At the Kampong Speu event, Yim Choy, a forty-four-year-old farmer, shouted at the crowd, saying that he had been conscripted to a childlabor
team. “I cannot forgive Duch!” he declared, his voice hard, his tone bitter. “How can I when I saw him throw little boys against a tree?” Afterward, he said that, even now, he cannot talk about those times without growing angry. Yet he had a hard time keeping the thoughts out of his mind. He even dreamed of the horrors almost every night—a hallmark of PTSD. “I see myself with my hands tied behind me.” All of that made him angrier still. He clenched his fists; veins pulsed in his neck.
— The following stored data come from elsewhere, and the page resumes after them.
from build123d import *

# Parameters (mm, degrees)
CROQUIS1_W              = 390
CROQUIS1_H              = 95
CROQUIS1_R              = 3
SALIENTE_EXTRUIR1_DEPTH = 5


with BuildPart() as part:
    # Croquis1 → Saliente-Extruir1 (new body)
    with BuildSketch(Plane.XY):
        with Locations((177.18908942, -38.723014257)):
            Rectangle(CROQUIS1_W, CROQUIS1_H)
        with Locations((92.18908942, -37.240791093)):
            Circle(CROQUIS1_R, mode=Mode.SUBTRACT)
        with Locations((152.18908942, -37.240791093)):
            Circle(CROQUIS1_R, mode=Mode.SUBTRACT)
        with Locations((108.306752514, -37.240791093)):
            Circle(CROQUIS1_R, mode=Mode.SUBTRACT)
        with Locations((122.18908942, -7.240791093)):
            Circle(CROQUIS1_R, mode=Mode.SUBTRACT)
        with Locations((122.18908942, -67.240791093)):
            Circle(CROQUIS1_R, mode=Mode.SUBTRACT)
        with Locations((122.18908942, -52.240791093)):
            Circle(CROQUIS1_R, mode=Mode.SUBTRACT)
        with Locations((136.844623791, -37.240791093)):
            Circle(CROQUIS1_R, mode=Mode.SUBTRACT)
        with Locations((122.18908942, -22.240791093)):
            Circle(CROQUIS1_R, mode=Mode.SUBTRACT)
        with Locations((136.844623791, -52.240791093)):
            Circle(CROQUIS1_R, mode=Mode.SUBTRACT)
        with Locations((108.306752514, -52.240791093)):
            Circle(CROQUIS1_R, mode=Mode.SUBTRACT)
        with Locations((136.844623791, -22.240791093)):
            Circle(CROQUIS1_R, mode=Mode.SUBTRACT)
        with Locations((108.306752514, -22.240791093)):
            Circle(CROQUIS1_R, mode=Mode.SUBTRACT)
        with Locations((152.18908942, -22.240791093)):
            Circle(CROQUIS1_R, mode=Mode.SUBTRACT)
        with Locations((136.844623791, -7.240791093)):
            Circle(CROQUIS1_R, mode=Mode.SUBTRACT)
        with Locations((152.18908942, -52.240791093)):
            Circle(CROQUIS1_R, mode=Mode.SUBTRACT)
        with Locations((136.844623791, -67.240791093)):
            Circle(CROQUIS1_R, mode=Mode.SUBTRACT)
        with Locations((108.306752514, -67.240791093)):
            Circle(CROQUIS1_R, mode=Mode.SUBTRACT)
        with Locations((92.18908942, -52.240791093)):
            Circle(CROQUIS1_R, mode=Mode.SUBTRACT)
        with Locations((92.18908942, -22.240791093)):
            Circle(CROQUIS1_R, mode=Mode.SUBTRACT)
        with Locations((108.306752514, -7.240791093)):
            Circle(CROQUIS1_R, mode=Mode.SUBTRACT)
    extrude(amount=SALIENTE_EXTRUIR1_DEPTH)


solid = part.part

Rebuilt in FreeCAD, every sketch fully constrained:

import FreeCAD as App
import Part
import Sketcher

V = App.Vector
Q = App.Units.Quantity

doc = App.newDocument("Part")
body = doc.addObject("PartDesign::Body", "Body")

sketch1 = doc.addObject("Sketcher::SketchObject", "Sketch")
body.addObject(sketch1)
sketch1.AttachmentSupport = (doc.XY_Plane, [""])
sketch1.MapMode = "FlatFace"
sketch1.addGeometry([
    Part.LineSegment(V(-17.8, 8.8, 0), V(-17.8, -86.2, 0)),
    Part.LineSegment(V(-17.8, -86.2, 0), V(372.2, -86.2, 0)),
    Part.LineSegment(V(372.2, -86.2, 0), V(372.2, 8.8, 0)),
    Part.LineSegment(V(372.2, 8.8, 0), V(-17.8, 8.8, 0)),
    Part.Circle(V(108.3, -67.2, 0), V(0, 0, 1), 3),
    Part.Circle(V(92.2, -52.2, 0), V(0, 0, 1), 3),
    Part.Circle(V(108.3, -52.2, 0), V(0, 0, 1), 3),
    Part.Circle(V(122.2, -67.2, 0), V(0, 0, 1), 3),
    Part.Circle(V(136.8, -67.2, 0), V(0, 0, 1), 3),
    Part.Circle(V(122.2, -52.2, 0), V(0, 0, 1), 3),
    Part.Circle(V(136.8, -52.2, 0), V(0, 0, 1), 3),
    Part.Circle(V(152.2, -52.2, 0), V(0, 0, 1), 3),
    Part.Circle(V(92.2, -37.2, 0), V(0, 0, 1), 3),
    Part.Circle(V(92.2, -22.2, 0), V(0, 0, 1), 3),
    Part.Circle(V(108.3, -37.2, 0), V(0, 0, 1), 3),
    Part.Circle(V(108.3, -22.2, 0), V(0, 0, 1), 3),
    Part.Circle(V(108.3, -7.2, 0), V(0, 0, 1), 3),
    Part.Circle(V(136.8, -37.2, 0), V(0, 0, 1), 3),
    Part.Circle(V(122.2, -22.2, 0), V(0, 0, 1), 3),
    Part.Circle(V(136.8, -22.2, 0), V(0, 0, 1), 3),
    Part.Circle(V(152.2, -37.2, 0), V(0, 0, 1), 3),
    Part.Circle(V(152.2, -22.2, 0), V(0, 0, 1), 3),
    Part.Circle(V(122.2, -7.2, 0), V(0, 0, 1), 3),
    Part.Circle(V(136.8, -7.2, 0), V(0, 0, 1), 3),
], False)
sketch1.addConstraint([
    Sketcher.Constraint("Coincident", 0, 2, 1, 1),
    Sketcher.Constraint("Coincident", 1, 2, 2, 1),
    Sketcher.Constraint("Coincident", 2, 2, 3, 1),
    Sketcher.Constraint("Coincident", 3, 2, 0, 1),
    Sketcher.Constraint("Vertical", 0),
    Sketcher.Constraint("Horizontal", 1),
    Sketcher.Constraint("Vertical", 2),
    Sketcher.Constraint("Horizontal", 3),
    Sketcher.Constraint("Equal", 4, 5),
    Sketcher.Constraint("Equal", 5, 6),
    Sketcher.Constraint("Equal", 6, 7),
    Sketcher.Constraint("Equal", 7, 8),
    Sketcher.Constraint("Equal", 8, 9),
    Sketcher.Constraint("Equal", 9, 10),
    Sketcher.Constraint("Equal", 10, 11),
    Sketcher.Constraint("Equal", 11, 12),
    Sketcher.Constraint("Equal", 12, 13),
    Sketcher.Constraint("Equal", 13, 14),
    Sketcher.Constraint("Equal", 14, 15),
    Sketcher.Constraint("Equal", 15, 16),
    Sketcher.Constraint("Equal", 16, 17),
    Sketcher.Constraint("Equal", 17, 18),
    Sketcher.Constraint("Equal", 18, 19),
    Sketcher.Constraint("Equal", 19, 20),
    Sketcher.Constraint("Equal", 20, 21),
    Sketcher.Constraint("Equal", 21, 22),
    Sketcher.Constraint("Equal", 22, 23),
    Sketcher.Constraint("Horizontal", 5, 3, 6, 3),
    Sketcher.Constraint("Horizontal", 4, 3, 7, 3),
    Sketcher.Constraint("Horizontal", 7, 3, 8, 3),
    Sketcher.Constraint("Horizontal", 6, 3, 9, 3),
    Sketcher.Constraint("Horizontal", 9, 3, 10, 3),
    Sketcher.Constraint("Horizontal", 10, 3, 11, 3),
    Sketcher.Constraint("Horizontal", 12, 3, 14, 3),
    Sketcher.Constraint("Horizontal", 13, 3, 15, 3),
    Sketcher.Constraint("Horizontal", 14, 3, 17, 3),
    Sketcher.Constraint("Horizontal", 15, 3, 18, 3),
    Sketcher.Constraint("Horizontal", 18, 3, 19, 3),
    Sketcher.Constraint("Horizontal", 17, 3, 20, 3),
    Sketcher.Constraint("Horizontal", 19, 3, 21, 3),
    Sketcher.Constraint("Horizontal", 16, 3, 22, 3),
    Sketcher.Constraint("Horizontal", 22, 3, 23, 3),
    Sketcher.Constraint("Vertical", 4, 3, 6, 3),
    Sketcher.Constraint("Vertical", 7, 3, 9, 3),
    Sketcher.Constraint("Vertical", 8, 3, 10, 3),
    Sketcher.Constraint("Vertical", 5, 3, 12, 3),
    Sketcher.Constraint("Vertical", 12, 3, 13, 3),
    Sketcher.Constraint("Vertical", 6, 3, 14, 3),
    Sketcher.Constraint("Vertical", 14, 3, 15, 3),
    Sketcher.Constraint("Vertical", 15, 3, 16, 3),
    Sketcher.Constraint("Vertical", 10, 3, 17, 3),
    Sketcher.Constraint("Vertical", 9, 3, 18, 3),
    Sketcher.Constraint("Vertical", 17, 3, 19, 3),
    Sketcher.Constraint("Vertical", 11, 3, 20, 3),
    Sketcher.Constraint("Vertical", 20, 3, 21, 3),
    Sketcher.Constraint("Vertical", 18, 3, 22, 3),
    Sketcher.Constraint("Vertical", 19, 3, 23, 3),
    Sketcher.Constraint("Diameter", 4, Q("6 mm")),
    Sketcher.Constraint("DistanceX", 1, 1, 1, 2, Q("390 mm")),
    Sketcher.Constraint("DistanceY", 0, 2, 0, 1, Q("95 mm")),
    Sketcher.Constraint("DistanceY", 4, 3, 5, 3, Q("15 mm")),
    Sketcher.Constraint("DistanceX", 5, 3, 7, 3, Q("30 mm")),
    Sketcher.Constraint("DistanceX", 9, 3, 11, 3, Q("30 mm")),
    Sketcher.Constraint("DistanceY", 5, 3, 12, 3, Q("15 mm")),
    Sketcher.Constraint("DistanceY", 12, 3, 13, 3, Q("15 mm")),
    Sketcher.Constraint("DistanceY", 15, 3, 16, 3, Q("15 mm")),
    Sketcher.Constraint("DistanceX", 0, 2, 5, 3, Q("110 mm")),
    Sketcher.Constraint("DistanceY", 4, 3, -1, 1, Q("67.240791 mm")),
    Sketcher.Constraint("DistanceX", -1, 1, 5, 3, Q("92.189089 mm")),
    Sketcher.Constraint("DistanceX", 4, 3, 8, 3, Q("28.537871 mm")),
    Sketcher.Constraint("DistanceX", -1, 1, 4, 3, Q("108.306753 mm")),
    Sketcher.Constraint("DistanceY", 0, 2, -1, 1, Q("86.223014 mm")),
])
pad1 = doc.addObject("PartDesign::Pad", "Pad")
body.addObject(pad1)
pad1.Profile = sketch1
pad1.Length = 5

doc.recompute()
Youk Chhang was a bright man, college educated in the United States. But in this case he strove to show that he did not understand the consequences of his actions. It was also plain that he felt marginalized. The Documentation Center had been the sole source for information about the Khmer Rouge. But the tribunal usurped that role, even though much of its evidence had come from the center’s files. And now psychiatrists from the Transcultural Psychosocial Organization, often known as the TPO, were sniping at him. “Fifteen years ago, who wanted to talk about the Khmer Rouge tribunal?” he said with a curled lip. “Not the TPO. They stayed away from this” until it got popular. “And now they are just doing it for fund-raising. That’s all. But we are here to assist victims—not to victimize victims. We are sensitive to this problem to the best of our abilities. We have had a long association with them. They trust us. And Cambodians are good followers. They will follow people who lead them, particularly people they trust.”
There lay the crux of the problem. It was not unique to Youk Chhang’s victims. Youk Chhang was bright, educated, well-off. His victims, raised in a culture that respected class hierarchy, followed him—right over the cliff. He may truly not have understood how much damage he was doing.
After his presentation in the Kampong Speu pagoda, sobbing former victims staggered home. Meantime, Youk Chhang led his volunteers—fresh-faced young women from the United States, mostly, who looked up to him as a teacher and mentor—on a short tour of the surroundings. They stopped at a clearing where townspeople had built a twostory glass shrine and filled it with skulls of Khmer Rouge victims. Youk Chhang reflected on the event in the pagoda, and then he cheerily
invited all of them to lunch at a nearby restaurant, “where they make the best roast chicken in a special Khmer way.” Then they all climbed into a van and drove off.